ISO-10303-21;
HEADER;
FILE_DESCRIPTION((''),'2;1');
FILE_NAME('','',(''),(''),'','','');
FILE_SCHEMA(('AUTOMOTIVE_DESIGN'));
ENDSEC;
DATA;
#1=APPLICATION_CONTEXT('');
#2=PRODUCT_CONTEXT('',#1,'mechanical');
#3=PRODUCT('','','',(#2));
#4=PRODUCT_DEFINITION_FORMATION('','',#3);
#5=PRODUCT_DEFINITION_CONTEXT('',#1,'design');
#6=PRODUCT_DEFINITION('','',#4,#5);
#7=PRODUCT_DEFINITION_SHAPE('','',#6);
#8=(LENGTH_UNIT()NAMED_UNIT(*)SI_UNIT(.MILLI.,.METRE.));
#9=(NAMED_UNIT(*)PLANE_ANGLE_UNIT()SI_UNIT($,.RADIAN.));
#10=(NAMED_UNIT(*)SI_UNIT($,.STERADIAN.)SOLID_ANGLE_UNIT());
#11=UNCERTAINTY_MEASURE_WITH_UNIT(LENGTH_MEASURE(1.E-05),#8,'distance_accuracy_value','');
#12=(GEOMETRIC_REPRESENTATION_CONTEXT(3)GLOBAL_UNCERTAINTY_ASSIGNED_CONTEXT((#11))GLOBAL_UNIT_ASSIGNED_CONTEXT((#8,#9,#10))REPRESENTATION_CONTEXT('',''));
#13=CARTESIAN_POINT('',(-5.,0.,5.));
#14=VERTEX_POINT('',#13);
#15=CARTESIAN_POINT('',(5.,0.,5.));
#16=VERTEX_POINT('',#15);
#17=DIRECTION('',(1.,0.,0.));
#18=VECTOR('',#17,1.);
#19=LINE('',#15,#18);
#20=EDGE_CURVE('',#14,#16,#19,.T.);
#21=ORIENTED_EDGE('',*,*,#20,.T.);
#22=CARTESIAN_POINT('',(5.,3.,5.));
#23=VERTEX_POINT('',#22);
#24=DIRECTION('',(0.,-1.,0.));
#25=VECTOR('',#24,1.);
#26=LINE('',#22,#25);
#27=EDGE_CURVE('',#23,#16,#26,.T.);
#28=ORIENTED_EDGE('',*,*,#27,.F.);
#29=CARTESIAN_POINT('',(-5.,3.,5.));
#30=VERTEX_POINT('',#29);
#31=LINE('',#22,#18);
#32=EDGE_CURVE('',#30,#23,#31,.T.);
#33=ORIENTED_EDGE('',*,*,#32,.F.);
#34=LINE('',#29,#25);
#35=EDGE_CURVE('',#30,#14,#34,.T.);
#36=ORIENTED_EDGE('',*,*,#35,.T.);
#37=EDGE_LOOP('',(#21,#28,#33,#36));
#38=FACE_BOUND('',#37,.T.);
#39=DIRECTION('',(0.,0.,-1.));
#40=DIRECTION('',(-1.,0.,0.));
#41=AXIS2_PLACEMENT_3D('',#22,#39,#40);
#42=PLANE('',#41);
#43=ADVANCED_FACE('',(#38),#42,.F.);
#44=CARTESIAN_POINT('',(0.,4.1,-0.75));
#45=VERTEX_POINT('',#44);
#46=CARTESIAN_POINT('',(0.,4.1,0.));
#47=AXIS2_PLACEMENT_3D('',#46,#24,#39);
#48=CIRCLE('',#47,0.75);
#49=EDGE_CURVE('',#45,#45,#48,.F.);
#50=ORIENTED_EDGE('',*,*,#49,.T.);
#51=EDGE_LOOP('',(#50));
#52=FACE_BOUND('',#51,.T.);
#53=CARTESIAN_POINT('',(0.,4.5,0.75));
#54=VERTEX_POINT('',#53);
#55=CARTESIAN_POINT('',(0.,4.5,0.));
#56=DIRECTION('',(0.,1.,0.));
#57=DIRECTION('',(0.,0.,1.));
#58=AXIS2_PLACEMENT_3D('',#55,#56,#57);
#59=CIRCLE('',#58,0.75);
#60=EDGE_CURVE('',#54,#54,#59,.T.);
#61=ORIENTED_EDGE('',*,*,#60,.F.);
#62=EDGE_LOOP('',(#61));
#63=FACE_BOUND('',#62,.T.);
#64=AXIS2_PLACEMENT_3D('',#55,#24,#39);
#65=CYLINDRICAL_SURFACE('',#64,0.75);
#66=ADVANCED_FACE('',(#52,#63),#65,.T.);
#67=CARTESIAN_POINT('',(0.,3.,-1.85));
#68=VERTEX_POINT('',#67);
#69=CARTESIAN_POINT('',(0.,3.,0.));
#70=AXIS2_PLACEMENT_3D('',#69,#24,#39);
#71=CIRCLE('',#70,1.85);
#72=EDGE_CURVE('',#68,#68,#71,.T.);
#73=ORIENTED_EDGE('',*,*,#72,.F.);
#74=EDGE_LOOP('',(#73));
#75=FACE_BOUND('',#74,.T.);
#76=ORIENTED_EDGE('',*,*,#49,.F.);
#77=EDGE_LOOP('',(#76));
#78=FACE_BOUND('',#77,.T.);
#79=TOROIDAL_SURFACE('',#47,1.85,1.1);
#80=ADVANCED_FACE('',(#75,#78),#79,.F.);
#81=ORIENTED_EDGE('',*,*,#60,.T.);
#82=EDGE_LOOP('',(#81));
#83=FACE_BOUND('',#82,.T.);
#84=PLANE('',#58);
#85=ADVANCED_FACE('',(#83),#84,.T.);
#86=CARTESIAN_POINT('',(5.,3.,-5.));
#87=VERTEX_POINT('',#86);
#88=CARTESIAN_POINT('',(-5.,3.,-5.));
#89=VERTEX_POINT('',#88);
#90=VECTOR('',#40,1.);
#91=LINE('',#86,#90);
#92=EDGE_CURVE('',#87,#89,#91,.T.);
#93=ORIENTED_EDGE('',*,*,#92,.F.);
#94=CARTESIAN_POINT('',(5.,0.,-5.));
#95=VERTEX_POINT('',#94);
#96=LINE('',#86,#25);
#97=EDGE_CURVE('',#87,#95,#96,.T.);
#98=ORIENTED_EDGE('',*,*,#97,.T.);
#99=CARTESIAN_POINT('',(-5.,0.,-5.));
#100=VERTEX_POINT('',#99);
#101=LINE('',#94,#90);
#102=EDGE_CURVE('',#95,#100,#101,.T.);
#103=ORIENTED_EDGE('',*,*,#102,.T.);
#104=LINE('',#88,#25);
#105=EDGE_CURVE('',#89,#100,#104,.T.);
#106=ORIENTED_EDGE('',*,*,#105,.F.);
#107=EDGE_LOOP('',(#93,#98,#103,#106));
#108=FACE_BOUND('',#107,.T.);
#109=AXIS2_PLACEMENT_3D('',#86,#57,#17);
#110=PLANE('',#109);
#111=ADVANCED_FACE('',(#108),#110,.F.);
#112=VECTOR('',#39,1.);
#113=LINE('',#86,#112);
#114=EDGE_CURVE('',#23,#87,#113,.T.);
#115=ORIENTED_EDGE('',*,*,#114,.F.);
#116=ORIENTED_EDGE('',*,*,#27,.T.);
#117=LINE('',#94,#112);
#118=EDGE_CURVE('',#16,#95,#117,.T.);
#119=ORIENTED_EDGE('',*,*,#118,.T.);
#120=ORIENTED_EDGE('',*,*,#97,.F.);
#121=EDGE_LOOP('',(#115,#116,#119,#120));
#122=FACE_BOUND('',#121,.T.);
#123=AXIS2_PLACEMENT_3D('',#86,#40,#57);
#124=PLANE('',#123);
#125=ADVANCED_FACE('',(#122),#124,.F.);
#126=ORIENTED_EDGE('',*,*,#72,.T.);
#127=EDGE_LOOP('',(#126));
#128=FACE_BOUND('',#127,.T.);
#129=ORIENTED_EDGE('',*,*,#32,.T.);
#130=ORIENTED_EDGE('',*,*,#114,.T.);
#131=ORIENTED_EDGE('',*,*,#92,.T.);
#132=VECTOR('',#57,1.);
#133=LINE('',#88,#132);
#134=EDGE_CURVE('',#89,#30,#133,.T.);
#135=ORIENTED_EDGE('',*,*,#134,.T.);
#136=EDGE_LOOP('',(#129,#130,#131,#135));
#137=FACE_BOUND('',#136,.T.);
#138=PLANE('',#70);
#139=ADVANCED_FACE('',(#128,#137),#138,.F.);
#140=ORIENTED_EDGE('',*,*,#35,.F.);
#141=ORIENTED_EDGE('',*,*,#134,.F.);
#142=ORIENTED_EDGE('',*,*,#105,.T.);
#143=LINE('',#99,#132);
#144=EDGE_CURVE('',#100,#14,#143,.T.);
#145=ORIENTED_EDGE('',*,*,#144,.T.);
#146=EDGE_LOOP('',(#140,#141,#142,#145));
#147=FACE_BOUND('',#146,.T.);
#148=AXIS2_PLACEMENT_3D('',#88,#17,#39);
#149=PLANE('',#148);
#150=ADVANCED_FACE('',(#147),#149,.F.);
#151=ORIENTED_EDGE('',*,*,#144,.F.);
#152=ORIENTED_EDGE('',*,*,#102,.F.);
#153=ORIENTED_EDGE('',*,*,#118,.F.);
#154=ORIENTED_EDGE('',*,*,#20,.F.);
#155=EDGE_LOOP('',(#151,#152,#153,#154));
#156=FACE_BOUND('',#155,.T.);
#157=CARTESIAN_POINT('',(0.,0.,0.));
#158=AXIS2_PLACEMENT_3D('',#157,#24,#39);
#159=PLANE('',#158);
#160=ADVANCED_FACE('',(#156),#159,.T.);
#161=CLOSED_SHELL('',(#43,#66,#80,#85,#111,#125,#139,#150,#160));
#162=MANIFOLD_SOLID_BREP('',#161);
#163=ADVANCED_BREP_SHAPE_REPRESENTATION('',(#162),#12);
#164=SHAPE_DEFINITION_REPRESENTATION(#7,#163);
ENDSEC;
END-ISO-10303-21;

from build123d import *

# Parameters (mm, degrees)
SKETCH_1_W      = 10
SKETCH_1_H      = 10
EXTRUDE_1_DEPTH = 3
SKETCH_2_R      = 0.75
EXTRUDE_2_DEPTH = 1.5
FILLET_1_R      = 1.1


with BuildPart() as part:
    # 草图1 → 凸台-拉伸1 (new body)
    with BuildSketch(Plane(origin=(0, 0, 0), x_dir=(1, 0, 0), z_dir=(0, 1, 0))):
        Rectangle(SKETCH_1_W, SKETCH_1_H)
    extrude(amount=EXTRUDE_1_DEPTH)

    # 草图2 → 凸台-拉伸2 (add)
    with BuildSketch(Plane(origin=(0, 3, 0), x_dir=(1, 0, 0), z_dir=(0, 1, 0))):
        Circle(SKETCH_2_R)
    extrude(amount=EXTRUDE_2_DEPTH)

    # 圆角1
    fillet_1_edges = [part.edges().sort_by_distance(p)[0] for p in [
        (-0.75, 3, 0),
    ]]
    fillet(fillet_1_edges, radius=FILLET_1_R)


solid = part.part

= = = =

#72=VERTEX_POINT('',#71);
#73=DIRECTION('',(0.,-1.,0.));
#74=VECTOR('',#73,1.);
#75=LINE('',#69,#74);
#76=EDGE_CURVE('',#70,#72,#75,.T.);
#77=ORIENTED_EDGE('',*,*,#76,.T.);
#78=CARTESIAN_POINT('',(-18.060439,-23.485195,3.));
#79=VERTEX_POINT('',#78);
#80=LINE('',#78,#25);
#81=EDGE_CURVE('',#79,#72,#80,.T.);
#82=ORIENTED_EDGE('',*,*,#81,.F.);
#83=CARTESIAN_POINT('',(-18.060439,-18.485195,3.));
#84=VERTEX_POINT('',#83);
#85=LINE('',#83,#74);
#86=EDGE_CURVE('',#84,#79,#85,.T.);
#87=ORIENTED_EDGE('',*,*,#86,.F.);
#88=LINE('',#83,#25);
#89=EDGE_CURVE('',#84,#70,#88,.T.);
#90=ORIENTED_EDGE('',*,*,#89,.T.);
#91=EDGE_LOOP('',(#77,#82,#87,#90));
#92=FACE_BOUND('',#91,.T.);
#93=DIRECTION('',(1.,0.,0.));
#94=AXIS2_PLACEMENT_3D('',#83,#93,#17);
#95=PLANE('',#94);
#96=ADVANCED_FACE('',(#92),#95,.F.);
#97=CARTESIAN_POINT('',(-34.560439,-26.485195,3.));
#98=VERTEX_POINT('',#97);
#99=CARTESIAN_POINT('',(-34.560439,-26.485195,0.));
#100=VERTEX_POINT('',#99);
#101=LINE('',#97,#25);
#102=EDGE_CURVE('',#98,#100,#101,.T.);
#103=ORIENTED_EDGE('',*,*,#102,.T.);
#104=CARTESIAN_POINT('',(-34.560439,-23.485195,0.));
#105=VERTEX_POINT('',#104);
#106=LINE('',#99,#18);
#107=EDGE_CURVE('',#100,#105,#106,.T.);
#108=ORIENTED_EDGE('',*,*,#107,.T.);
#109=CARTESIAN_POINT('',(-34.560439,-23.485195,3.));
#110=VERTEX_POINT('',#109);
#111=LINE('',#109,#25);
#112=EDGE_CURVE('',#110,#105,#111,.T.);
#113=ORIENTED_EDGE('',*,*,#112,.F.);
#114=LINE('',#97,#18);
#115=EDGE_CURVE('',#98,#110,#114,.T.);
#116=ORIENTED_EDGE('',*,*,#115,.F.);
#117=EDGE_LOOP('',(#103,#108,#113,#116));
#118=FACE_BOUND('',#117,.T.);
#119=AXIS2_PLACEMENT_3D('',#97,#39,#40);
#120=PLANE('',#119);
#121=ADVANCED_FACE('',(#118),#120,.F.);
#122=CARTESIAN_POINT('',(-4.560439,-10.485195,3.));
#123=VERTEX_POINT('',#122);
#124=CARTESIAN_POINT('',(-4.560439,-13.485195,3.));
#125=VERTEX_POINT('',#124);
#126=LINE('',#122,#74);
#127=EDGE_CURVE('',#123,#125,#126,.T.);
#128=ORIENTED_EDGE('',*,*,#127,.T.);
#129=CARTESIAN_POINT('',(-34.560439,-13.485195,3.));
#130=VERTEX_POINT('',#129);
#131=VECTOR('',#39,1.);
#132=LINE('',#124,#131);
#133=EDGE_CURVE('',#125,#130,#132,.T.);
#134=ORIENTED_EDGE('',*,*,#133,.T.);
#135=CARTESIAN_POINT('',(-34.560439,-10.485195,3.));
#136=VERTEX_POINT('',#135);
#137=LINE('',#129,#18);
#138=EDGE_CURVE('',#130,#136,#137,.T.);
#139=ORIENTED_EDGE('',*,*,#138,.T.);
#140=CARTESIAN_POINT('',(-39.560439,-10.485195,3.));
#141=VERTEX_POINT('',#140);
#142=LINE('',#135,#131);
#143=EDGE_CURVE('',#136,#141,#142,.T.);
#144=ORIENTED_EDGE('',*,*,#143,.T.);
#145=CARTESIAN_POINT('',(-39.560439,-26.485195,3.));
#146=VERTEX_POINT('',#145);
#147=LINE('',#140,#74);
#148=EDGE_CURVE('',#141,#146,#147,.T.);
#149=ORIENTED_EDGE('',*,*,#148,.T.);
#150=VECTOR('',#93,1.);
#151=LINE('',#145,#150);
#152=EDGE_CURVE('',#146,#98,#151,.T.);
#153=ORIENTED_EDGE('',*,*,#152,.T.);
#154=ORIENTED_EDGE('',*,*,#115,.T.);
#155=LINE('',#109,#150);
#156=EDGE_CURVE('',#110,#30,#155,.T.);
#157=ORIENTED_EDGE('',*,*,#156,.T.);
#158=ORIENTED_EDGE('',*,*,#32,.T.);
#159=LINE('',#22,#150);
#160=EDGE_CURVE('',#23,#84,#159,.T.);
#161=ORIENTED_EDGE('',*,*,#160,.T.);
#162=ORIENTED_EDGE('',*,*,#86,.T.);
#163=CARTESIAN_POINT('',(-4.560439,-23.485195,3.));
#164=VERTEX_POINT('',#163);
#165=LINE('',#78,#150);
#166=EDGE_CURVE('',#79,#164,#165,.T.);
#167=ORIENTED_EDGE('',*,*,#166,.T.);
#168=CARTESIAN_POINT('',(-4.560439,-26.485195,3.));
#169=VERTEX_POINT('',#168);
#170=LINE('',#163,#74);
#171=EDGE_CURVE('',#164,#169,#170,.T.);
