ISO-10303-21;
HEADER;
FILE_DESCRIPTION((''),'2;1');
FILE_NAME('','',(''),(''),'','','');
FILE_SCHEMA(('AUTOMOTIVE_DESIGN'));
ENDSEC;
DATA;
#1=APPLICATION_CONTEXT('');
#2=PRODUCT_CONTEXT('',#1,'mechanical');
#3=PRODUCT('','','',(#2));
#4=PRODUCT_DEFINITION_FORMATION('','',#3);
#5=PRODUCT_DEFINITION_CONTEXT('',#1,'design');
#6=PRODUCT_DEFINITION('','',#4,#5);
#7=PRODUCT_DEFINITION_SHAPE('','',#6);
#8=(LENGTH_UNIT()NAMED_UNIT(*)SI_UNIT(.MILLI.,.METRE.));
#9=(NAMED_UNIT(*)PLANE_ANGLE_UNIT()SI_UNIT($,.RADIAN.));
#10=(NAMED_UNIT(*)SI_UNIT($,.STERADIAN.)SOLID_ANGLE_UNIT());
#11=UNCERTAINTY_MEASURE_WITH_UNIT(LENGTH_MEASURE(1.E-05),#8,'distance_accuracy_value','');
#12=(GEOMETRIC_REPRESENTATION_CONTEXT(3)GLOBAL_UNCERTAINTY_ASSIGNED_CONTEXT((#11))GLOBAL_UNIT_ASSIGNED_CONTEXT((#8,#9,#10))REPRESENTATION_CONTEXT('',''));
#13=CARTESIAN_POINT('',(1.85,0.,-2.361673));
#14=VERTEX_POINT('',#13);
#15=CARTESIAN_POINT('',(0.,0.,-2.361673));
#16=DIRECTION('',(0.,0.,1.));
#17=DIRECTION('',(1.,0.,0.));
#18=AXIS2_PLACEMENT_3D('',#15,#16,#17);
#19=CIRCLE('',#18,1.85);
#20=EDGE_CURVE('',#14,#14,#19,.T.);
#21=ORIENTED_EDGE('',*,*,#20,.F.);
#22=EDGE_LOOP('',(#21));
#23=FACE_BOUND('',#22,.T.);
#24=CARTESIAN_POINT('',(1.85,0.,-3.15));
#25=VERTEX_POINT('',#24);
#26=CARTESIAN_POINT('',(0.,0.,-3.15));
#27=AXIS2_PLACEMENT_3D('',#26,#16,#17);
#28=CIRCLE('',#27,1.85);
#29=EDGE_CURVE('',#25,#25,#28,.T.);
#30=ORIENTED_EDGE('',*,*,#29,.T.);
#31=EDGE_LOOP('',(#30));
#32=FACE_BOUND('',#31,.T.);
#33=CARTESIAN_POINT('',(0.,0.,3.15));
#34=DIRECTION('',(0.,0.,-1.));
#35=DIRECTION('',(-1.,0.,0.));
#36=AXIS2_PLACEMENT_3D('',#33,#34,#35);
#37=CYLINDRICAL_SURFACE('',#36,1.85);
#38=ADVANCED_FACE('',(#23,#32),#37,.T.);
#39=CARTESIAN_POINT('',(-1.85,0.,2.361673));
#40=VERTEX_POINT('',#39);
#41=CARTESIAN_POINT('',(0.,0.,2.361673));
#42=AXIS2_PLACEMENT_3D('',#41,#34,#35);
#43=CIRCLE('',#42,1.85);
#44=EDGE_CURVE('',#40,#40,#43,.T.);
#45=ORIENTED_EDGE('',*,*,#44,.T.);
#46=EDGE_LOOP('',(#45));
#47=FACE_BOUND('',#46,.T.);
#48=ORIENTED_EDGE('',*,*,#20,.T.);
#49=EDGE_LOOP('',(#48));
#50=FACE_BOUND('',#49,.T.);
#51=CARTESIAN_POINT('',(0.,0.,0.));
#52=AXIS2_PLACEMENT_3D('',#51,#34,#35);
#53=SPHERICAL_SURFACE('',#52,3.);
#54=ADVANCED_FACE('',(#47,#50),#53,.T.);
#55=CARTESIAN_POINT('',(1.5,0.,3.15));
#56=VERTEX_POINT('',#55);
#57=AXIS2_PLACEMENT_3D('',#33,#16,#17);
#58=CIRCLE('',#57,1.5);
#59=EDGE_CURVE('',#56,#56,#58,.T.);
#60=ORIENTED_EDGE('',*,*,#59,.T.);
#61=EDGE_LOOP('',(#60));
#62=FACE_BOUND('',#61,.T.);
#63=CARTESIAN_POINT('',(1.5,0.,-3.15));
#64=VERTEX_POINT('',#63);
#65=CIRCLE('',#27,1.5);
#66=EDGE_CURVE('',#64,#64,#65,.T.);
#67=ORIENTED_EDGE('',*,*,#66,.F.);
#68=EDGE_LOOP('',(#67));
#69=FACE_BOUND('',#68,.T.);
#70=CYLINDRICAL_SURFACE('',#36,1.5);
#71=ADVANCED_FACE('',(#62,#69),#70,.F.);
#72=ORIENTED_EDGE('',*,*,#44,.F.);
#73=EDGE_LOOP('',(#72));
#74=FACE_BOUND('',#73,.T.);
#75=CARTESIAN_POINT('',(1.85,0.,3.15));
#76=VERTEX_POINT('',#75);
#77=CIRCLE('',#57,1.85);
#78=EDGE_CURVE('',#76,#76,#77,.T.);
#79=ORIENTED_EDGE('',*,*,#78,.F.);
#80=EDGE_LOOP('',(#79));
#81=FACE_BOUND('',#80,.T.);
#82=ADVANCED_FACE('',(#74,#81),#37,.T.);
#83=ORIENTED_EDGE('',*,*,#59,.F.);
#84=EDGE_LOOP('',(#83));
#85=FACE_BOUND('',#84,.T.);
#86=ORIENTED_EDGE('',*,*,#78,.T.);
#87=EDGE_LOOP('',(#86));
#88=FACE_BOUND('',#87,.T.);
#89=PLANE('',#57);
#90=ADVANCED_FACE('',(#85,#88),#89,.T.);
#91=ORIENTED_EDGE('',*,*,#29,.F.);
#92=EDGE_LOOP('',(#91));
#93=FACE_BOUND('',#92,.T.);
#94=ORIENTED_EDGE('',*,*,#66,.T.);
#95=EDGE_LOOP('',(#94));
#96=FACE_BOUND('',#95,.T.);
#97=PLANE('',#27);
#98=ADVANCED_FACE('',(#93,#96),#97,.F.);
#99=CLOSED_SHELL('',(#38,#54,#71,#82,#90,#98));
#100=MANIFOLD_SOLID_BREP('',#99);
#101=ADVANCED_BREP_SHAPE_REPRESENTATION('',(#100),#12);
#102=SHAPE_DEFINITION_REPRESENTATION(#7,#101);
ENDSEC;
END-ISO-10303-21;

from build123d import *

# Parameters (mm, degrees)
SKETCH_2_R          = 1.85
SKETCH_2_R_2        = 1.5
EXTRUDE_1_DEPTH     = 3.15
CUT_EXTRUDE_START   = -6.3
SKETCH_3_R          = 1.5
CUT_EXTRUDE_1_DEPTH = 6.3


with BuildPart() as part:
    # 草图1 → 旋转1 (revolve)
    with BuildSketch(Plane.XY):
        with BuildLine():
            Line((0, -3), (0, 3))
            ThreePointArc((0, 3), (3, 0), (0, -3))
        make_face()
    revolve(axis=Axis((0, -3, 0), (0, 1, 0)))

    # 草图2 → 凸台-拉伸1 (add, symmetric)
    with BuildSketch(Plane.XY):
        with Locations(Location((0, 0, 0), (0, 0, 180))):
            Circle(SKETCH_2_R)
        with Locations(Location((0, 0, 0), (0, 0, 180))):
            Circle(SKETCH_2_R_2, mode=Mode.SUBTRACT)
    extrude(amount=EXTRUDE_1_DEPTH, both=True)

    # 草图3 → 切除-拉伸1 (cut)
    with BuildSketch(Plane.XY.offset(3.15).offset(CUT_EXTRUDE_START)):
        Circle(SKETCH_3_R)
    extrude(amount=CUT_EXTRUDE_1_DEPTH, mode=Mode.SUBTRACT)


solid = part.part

= = = =

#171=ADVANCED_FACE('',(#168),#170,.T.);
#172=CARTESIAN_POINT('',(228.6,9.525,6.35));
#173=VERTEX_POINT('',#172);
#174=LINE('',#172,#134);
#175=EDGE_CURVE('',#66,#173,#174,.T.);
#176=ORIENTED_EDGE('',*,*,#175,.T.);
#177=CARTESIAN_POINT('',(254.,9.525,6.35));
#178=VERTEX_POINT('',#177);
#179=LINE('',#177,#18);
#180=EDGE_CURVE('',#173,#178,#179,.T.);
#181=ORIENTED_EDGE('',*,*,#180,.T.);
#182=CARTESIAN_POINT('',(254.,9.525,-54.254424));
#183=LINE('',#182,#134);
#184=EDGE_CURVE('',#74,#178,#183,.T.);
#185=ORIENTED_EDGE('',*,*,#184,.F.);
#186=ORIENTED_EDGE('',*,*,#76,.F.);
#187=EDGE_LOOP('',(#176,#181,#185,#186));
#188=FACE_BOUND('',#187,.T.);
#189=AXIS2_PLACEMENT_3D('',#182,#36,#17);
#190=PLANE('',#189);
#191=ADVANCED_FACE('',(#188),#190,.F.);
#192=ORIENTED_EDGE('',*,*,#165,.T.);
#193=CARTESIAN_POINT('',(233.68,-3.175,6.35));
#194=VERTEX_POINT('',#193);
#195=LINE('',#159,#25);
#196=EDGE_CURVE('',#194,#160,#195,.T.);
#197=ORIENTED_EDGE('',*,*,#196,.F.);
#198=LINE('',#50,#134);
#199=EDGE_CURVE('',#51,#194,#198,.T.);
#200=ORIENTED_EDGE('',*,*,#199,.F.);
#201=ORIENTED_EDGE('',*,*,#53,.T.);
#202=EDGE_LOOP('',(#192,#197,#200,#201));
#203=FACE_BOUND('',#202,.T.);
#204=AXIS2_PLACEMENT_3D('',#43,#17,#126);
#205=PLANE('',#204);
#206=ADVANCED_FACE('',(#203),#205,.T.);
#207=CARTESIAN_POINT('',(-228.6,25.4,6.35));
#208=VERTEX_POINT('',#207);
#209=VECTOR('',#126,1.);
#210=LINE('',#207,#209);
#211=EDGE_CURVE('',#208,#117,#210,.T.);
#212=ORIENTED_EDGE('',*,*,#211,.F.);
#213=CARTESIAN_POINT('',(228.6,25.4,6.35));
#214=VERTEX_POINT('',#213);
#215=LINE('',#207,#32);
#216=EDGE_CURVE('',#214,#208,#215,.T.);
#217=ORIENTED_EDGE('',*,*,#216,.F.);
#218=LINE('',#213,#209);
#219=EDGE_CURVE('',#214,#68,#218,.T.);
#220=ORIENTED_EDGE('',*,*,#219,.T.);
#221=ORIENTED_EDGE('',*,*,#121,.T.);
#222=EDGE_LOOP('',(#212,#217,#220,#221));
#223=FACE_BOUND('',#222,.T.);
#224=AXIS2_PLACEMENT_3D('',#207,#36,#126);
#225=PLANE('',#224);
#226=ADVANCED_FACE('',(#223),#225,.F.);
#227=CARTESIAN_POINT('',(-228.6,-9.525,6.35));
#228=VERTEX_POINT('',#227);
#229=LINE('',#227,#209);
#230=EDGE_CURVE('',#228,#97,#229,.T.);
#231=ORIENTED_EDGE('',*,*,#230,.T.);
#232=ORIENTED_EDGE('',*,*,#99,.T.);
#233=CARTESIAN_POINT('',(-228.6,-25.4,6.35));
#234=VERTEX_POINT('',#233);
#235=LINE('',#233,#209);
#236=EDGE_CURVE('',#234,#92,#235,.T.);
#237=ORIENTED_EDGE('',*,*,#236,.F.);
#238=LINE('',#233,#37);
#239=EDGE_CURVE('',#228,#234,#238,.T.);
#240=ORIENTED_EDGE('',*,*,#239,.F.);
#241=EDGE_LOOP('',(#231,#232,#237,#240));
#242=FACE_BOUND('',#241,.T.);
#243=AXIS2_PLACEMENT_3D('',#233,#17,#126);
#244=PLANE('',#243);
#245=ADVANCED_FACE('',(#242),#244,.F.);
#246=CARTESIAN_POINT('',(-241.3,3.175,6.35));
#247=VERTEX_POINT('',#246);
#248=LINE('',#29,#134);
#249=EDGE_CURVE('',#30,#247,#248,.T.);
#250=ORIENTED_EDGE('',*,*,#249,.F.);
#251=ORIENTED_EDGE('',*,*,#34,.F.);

= = = =

• _BRIEF_: When you reach the line in the material above that holds "#49=EDGE_LOOP('',(#48));", begin reproducing lines exactly, and stop after the line that holds "#58=CIRCLE('',#57,1.5);".

• _SOLUTION FOR THIS EXERCISE_:
#49=EDGE_LOOP('',(#48));
#50=FACE_BOUND('',#49,.T.);
#51=CARTESIAN_POINT('',(0.,0.,0.));
#52=AXIS2_PLACEMENT_3D('',#51,#34,#35);
#53=SPHERICAL_SURFACE('',#52,3.);
#54=ADVANCED_FACE('',(#47,#50),#53,.T.);
#55=CARTESIAN_POINT('',(1.5,0.,3.15));
#56=VERTEX_POINT('',#55);
#57=AXIS2_PLACEMENT_3D('',#33,#16,#17);
#58=CIRCLE('',#57,1.5);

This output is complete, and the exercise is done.